### DATA TO PROCESS
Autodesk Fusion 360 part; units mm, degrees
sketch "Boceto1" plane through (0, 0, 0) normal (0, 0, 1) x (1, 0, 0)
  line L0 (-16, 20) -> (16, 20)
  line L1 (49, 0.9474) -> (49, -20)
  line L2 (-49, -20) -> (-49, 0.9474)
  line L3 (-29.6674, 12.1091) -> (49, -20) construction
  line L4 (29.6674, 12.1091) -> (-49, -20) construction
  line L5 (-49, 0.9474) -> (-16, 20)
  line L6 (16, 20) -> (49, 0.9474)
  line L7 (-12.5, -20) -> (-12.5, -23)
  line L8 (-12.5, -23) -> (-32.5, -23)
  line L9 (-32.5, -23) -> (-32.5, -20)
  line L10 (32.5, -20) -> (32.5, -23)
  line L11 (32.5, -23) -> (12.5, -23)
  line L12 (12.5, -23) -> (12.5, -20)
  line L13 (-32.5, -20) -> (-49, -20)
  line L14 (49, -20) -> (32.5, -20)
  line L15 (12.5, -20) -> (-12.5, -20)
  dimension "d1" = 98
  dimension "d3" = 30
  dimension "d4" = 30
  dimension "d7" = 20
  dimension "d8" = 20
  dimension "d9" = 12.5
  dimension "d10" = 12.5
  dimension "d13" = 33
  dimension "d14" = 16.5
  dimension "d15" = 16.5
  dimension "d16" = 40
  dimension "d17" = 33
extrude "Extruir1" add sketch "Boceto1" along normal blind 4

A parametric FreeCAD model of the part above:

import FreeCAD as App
import Part
import Sketcher
Q = App.Units.Quantity


def add_polygon(sketch, points):
    """Adds a closed chain of lines whose ends are joined by coincident constraints."""
    first, n = sketch.GeometryCount, len(points)
    for a, b in zip(points, points[1:] + points[:1]):
        sketch.addGeometry(Part.LineSegment(App.Vector(*a, 0), App.Vector(*b, 0)), False)
    for i in range(n):
        sketch.addConstraint(Sketcher.Constraint("Coincident", first + i, 2, first + (i + 1) % n, 1))

doc = App.newDocument("Part")
body = doc.addObject("PartDesign::Body", "Body")

# Sketch on XY plane
sketch1 = doc.addObject("Sketcher::SketchObject", "Sketch")
body.addObject(sketch1)
sketch1.AttachmentSupport = (doc.XY_Plane, [""])
sketch1.MapMode = "FlatFace"
add_polygon(sketch1, [(16, 20), (-16, 20), (-49, 0.9), (-49, -20), (-32.5, -20), (-32.5, -23), (-12.5, -23), (-12.5, -20), (12.5, -20), (12.5, -23), (32.5, -23), (32.5, -20), (49, -20), (49, 0.9)])  # lines 0-13
sketch1.addConstraint([
    Sketcher.Constraint("Horizontal", 0),
    Sketcher.Constraint("Vertical", 2),
    Sketcher.Constraint("Horizontal", 3),
    Sketcher.Constraint("Vertical", 4),
    Sketcher.Constraint("Horizontal", 5),
    Sketcher.Constraint("Vertical", 6),
    Sketcher.Constraint("Horizontal", 7),
    Sketcher.Constraint("Vertical", 8),
    Sketcher.Constraint("Horizontal", 9),
    Sketcher.Constraint("Vertical", 10),
    Sketcher.Constraint("Horizontal", 11),
    Sketcher.Constraint("Vertical", 12),
    Sketcher.Constraint("Symmetric", 5, 2, 8, 2, -2),
    Sketcher.Constraint("Symmetric", 3, 2, 10, 2, -2),
    Sketcher.Constraint("Symmetric", 1, 2, 12, 2, -2),
    Sketcher.Constraint("Horizontal", 3, 2, 6, 2),
    Sketcher.Constraint("Equal", 1, 13),
    Sketcher.Constraint("DistanceX", 5, 1, 5, 2, 20.0),
    Sketcher.Constraint("DistanceX", 3, 1, 3, 2, 16.5),
    Sketcher.Constraint("DistanceY", -1, 1, 0, 2, 20.0),
    Sketcher.Constraint("DistanceY", 2, 2, -1, 1, 20.0),
    Sketcher.Constraint("DistanceX", 1, 2, 0, 2, 33.0),
    Sketcher.Constraint("DistanceX", 5, 2, -1, 1, 12.5),
    Sketcher.Constraint("DistanceY", 4, 2, 4, 1, 3.0),
    Sketcher.Constraint("Angle", 1, Q("-150 deg")),
])
pad1 = doc.addObject("PartDesign::Pad", "Pad")
body.addObject(pad1)
pad1.Profile = sketch1
pad1.Length = 4

doc.recompute()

### WORK ITEM
Show the lines of the records that contain the word "normal".

### RESPONSE TO THE TASK
sketch "Boceto1" plane through (0, 0, 0) normal (0, 0, 1) x (1, 0, 0)
extrude "Extruir1" add sketch "Boceto1" along normal blind 4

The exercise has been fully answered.